[Opening SOURCE MATERIAL section]
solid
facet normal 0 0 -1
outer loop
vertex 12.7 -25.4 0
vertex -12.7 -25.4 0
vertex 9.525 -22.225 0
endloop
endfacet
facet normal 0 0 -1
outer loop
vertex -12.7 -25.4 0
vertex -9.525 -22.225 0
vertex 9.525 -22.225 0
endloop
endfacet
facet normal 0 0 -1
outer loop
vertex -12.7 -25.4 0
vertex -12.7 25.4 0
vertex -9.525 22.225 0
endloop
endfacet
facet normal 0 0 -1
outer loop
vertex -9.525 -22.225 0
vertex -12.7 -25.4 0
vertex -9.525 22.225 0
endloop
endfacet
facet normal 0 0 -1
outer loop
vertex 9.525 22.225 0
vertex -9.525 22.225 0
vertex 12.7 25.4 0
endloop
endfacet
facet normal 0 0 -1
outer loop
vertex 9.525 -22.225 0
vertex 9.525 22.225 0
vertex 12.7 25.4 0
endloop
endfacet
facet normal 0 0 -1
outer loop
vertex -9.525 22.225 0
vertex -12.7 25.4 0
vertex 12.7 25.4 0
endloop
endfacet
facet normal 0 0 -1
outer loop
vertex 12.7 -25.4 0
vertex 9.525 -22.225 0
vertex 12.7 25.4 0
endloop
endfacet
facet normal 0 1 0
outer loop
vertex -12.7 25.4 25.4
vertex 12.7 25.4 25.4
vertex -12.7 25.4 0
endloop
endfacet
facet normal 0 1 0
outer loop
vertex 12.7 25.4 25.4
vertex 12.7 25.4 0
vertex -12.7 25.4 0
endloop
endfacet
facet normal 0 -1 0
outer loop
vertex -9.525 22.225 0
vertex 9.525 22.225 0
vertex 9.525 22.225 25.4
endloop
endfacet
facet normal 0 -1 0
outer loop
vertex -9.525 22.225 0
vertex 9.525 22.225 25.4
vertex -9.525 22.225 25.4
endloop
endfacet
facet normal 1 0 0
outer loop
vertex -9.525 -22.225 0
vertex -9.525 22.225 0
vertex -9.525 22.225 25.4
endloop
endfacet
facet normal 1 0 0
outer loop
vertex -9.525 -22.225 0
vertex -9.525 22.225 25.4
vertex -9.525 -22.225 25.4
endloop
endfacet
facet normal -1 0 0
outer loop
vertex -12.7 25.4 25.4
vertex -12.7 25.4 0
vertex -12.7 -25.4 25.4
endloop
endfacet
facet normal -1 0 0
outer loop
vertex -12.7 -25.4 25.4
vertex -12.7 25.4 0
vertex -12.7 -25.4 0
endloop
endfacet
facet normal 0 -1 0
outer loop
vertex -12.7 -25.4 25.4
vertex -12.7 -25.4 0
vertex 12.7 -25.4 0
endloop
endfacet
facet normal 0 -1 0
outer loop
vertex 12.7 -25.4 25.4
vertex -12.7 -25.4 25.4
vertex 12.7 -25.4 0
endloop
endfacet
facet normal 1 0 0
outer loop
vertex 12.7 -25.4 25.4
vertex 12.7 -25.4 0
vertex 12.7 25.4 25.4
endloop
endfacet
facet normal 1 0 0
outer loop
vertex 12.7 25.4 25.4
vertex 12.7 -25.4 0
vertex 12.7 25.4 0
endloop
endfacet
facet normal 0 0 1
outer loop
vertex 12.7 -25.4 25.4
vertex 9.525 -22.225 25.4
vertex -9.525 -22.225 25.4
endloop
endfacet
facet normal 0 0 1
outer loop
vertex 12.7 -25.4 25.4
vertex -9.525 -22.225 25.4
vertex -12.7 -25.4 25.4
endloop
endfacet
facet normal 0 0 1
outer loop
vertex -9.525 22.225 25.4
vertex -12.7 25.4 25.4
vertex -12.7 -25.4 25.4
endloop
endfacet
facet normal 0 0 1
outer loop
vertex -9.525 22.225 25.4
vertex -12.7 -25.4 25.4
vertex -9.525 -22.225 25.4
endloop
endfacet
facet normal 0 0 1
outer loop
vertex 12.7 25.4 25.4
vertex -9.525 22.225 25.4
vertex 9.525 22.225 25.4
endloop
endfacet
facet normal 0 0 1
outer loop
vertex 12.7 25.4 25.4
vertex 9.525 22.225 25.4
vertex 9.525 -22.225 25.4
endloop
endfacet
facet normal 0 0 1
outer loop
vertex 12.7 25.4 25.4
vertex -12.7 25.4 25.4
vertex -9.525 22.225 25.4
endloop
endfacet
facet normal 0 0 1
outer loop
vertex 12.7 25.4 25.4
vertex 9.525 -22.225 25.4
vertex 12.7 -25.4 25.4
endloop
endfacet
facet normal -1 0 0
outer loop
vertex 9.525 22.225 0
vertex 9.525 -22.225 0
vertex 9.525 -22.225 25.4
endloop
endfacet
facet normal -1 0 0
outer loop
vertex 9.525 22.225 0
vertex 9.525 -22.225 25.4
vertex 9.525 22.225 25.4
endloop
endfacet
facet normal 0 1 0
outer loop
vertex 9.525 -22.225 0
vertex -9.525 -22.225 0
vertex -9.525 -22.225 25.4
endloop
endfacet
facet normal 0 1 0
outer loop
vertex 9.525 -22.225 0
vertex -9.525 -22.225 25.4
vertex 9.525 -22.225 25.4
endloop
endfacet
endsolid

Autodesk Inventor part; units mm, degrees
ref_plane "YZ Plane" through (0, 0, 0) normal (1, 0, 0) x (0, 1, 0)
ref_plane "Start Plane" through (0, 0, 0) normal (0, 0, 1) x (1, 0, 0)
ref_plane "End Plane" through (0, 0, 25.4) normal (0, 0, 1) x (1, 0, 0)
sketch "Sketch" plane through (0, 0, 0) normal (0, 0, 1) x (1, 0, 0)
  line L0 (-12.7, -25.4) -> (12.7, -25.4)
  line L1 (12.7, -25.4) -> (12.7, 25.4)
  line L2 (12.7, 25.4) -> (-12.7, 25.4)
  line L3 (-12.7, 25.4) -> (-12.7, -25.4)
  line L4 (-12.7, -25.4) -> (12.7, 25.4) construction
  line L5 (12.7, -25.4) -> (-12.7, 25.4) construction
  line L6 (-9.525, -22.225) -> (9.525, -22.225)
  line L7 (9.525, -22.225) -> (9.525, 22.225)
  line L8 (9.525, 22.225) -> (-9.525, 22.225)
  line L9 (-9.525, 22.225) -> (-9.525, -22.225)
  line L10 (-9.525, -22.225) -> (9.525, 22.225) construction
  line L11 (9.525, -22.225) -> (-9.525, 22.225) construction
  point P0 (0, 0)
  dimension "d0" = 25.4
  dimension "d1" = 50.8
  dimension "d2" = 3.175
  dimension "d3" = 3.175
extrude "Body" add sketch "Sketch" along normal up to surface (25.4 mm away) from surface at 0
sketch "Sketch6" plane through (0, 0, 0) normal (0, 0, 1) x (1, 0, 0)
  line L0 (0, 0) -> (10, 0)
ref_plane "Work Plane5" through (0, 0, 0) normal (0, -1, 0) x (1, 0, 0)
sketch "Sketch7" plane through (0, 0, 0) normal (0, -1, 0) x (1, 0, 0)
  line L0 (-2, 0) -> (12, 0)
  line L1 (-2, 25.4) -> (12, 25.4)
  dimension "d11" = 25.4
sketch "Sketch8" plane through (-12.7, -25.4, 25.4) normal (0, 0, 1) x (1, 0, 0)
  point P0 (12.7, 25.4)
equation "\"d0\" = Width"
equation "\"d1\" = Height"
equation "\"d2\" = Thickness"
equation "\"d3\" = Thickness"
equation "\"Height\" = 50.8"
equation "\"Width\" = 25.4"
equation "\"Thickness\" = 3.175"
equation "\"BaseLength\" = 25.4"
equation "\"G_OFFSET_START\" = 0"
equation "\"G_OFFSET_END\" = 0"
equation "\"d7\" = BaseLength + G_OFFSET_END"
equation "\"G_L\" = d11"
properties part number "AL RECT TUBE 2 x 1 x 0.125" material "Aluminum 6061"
[Closing SOURCE MATERIAL section]
TRY IT - Print the entire listing above once more, with nothing changed.

RESULT FOR THIS TASK -
solid
facet normal 0 0 -1
outer loop
vertex 12.7 -25.4 0
vertex -12.7 -25.4 0
vertex 9.525 -22.225 0
endloop
endfacet
facet normal 0 0 -1
outer loop
vertex -12.7 -25.4 0
vertex -9.525 -22.225 0
vertex 9.525 -22.225 0
endloop
endfacet
facet normal 0 0 -1
outer loop
vertex -12.7 -25.4 0
vertex -12.7 25.4 0
vertex -9.525 22.225 0
endloop
endfacet
facet normal 0 0 -1
outer loop
vertex -9.525 -22.225 0
vertex -12.7 -25.4 0
vertex -9.525 22.225 0
endloop
endfacet
facet normal 0 0 -1
outer loop
vertex 9.525 22.225 0
vertex -9.525 22.225 0
vertex 12.7 25.4 0
endloop
endfacet
facet normal 0 0 -1
outer loop
vertex 9.525 -22.225 0
vertex 9.525 22.225 0
vertex 12.7 25.4 0
endloop
endfacet
facet normal 0 0 -1
outer loop
vertex -9.525 22.225 0
vertex -12.7 25.4 0
vertex 12.7 25.4 0
endloop
endfacet
facet normal 0 0 -1
outer loop
vertex 12.7 -25.4 0
vertex 9.525 -22.225 0
vertex 12.7 25.4 0
endloop
endfacet
facet normal 0 1 0
outer loop
vertex -12.7 25.4 25.4
vertex 12.7 25.4 25.4
vertex -12.7 25.4 0
endloop
endfacet
facet normal 0 1 0
outer loop
vertex 12.7 25.4 25.4
vertex 12.7 25.4 0
vertex -12.7 25.4 0
endloop
endfacet
facet normal 0 -1 0
outer loop
vertex -9.525 22.225 0
vertex 9.525 22.225 0
vertex 9.525 22.225 25.4
endloop
endfacet
facet normal 0 -1 0
outer loop
vertex -9.525 22.225 0
vertex 9.525 22.225 25.4
vertex -9.525 22.225 25.4
endloop
endfacet
facet normal 1 0 0
outer loop
vertex -9.525 -22.225 0
vertex -9.525 22.225 0
vertex -9.525 22.225 25.4
endloop
endfacet
facet normal 1 0 0
outer loop
vertex -9.525 -22.225 0
vertex -9.525 22.225 25.4
vertex -9.525 -22.225 25.4
endloop
endfacet
facet normal -1 0 0
outer loop
vertex -12.7 25.4 25.4
vertex -12.7 25.4 0
vertex -12.7 -25.4 25.4
endloop
endfacet
facet normal -1 0 0
outer loop
vertex -12.7 -25.4 25.4
vertex -12.7 25.4 0
vertex -12.7 -25.4 0
endloop
endfacet
facet normal 0 -1 0
outer loop
vertex -12.7 -25.4 25.4
vertex -12.7 -25.4 0
vertex 12.7 -25.4 0
endloop
endfacet
facet normal 0 -1 0
outer loop
vertex 12.7 -25.4 25.4
vertex -12.7 -25.4 25.4
vertex 12.7 -25.4 0
endloop
endfacet
facet normal 1 0 0
outer loop
vertex 12.7 -25.4 25.4
vertex 12.7 -25.4 0
vertex 12.7 25.4 25.4
endloop
endfacet
facet normal 1 0 0
outer loop
vertex 12.7 25.4 25.4
vertex 12.7 -25.4 0
vertex 12.7 25.4 0
endloop
endfacet
facet normal 0 0 1
outer loop
vertex 12.7 -25.4 25.4
vertex 9.525 -22.225 25.4
vertex -9.525 -22.225 25.4
endloop
endfacet
facet normal 0 0 1
outer loop
vertex 12.7 -25.4 25.4
vertex -9.525 -22.225 25.4
vertex -12.7 -25.4 25.4
endloop
endfacet
facet normal 0 0 1
outer loop
vertex -9.525 22.225 25.4
vertex -12.7 25.4 25.4
vertex -12.7 -25.4 25.4
endloop
endfacet
facet normal 0 0 1
outer loop
vertex -9.525 22.225 25.4
vertex -12.7 -25.4 25.4
vertex -9.525 -22.225 25.4
endloop
endfacet
facet normal 0 0 1
outer loop
vertex 12.7 25.4 25.4
vertex -9.525 22.225 25.4
vertex 9.525 22.225 25.4
endloop
endfacet
facet normal 0 0 1
outer loop
vertex 12.7 25.4 25.4
vertex 9.525 22.225 25.4
vertex 9.525 -22.225 25.4
endloop
endfacet
facet normal 0 0 1
outer loop
vertex 12.7 25.4 25.4
vertex -12.7 25.4 25.4
vertex -9.525 22.225 25.4
endloop
endfacet
facet normal 0 0 1
outer loop
vertex 12.7 25.4 25.4
vertex 9.525 -22.225 25.4
vertex 12.7 -25.4 25.4
endloop
endfacet
facet normal -1 0 0
outer loop
vertex 9.525 22.225 0
vertex 9.525 -22.225 0
vertex 9.525 -22.225 25.4
endloop
endfacet
facet normal -1 0 0
outer loop
vertex 9.525 22.225 0
vertex 9.525 -22.225 25.4
vertex 9.525 22.225 25.4
endloop
endfacet
facet normal 0 1 0
outer loop
vertex 9.525 -22.225 0
vertex -9.525 -22.225 0
vertex -9.525 -22.225 25.4
endloop
endfacet
facet normal 0 1 0
outer loop
vertex 9.525 -22.225 0
vertex -9.525 -22.225 25.4
vertex 9.525 -22.225 25.4
endloop
endfacet
endsolid

Autodesk Inventor part; units mm, degrees
ref_plane "YZ Plane" through (0, 0, 0) normal (1, 0, 0) x (0, 1, 0)
ref_plane "Start Plane" through (0, 0, 0) normal (0, 0, 1) x (1, 0, 0)
ref_plane "End Plane" through (0, 0, 25.4) normal (0, 0, 1) x (1, 0, 0)
sketch "Sketch" plane through (0, 0, 0) normal (0, 0, 1) x (1, 0, 0)
  line L0 (-12.7, -25.4) -> (12.7, -25.4)
  line L1 (12.7, -25.4) -> (12.7, 25.4)
  line L2 (12.7, 25.4) -> (-12.7, 25.4)
  line L3 (-12.7, 25.4) -> (-12.7, -25.4)
  line L4 (-12.7, -25.4) -> (12.7, 25.4) construction
  line L5 (12.7, -25.4) -> (-12.7, 25.4) construction
  line L6 (-9.525, -22.225) -> (9.525, -22.225)
  line L7 (9.525, -22.225) -> (9.525, 22.225)
  line L8 (9.525, 22.225) -> (-9.525, 22.225)
  line L9 (-9.525, 22.225) -> (-9.525, -22.225)
  line L10 (-9.525, -22.225) -> (9.525, 22.225) construction
  line L11 (9.525, -22.225) -> (-9.525, 22.225) construction
  point P0 (0, 0)
  dimension "d0" = 25.4
  dimension "d1" = 50.8
  dimension "d2" = 3.175
  dimension "d3" = 3.175
extrude "Body" add sketch "Sketch" along normal up to surface (25.4 mm away) from surface at 0
sketch "Sketch6" plane through (0, 0, 0) normal (0, 0, 1) x (1, 0, 0)
  line L0 (0, 0) -> (10, 0)
ref_plane "Work Plane5" through (0, 0, 0) normal (0, -1, 0) x (1, 0, 0)
sketch "Sketch7" plane through (0, 0, 0) normal (0, -1, 0) x (1, 0, 0)
  line L0 (-2, 0) -> (12, 0)
  line L1 (-2, 25.4) -> (12, 25.4)
  dimension "d11" = 25.4
sketch "Sketch8" plane through (-12.7, -25.4, 25.4) normal (0, 0, 1) x (1, 0, 0)
  point P0 (12.7, 25.4)
equation "\"d0\" = Width"
equation "\"d1\" = Height"
equation "\"d2\" = Thickness"
equation "\"d3\" = Thickness"
equation "\"Height\" = 50.8"
equation "\"Width\" = 25.4"
equation "\"Thickness\" = 3.175"
equation "\"BaseLength\" = 25.4"
equation "\"G_OFFSET_START\" = 0"
equation "\"G_OFFSET_END\" = 0"
equation "\"d7\" = BaseLength + G_OFFSET_END"
equation "\"G_L\" = d11"
properties part number "AL RECT TUBE 2 x 1 x 0.125" material "Aluminum 6061"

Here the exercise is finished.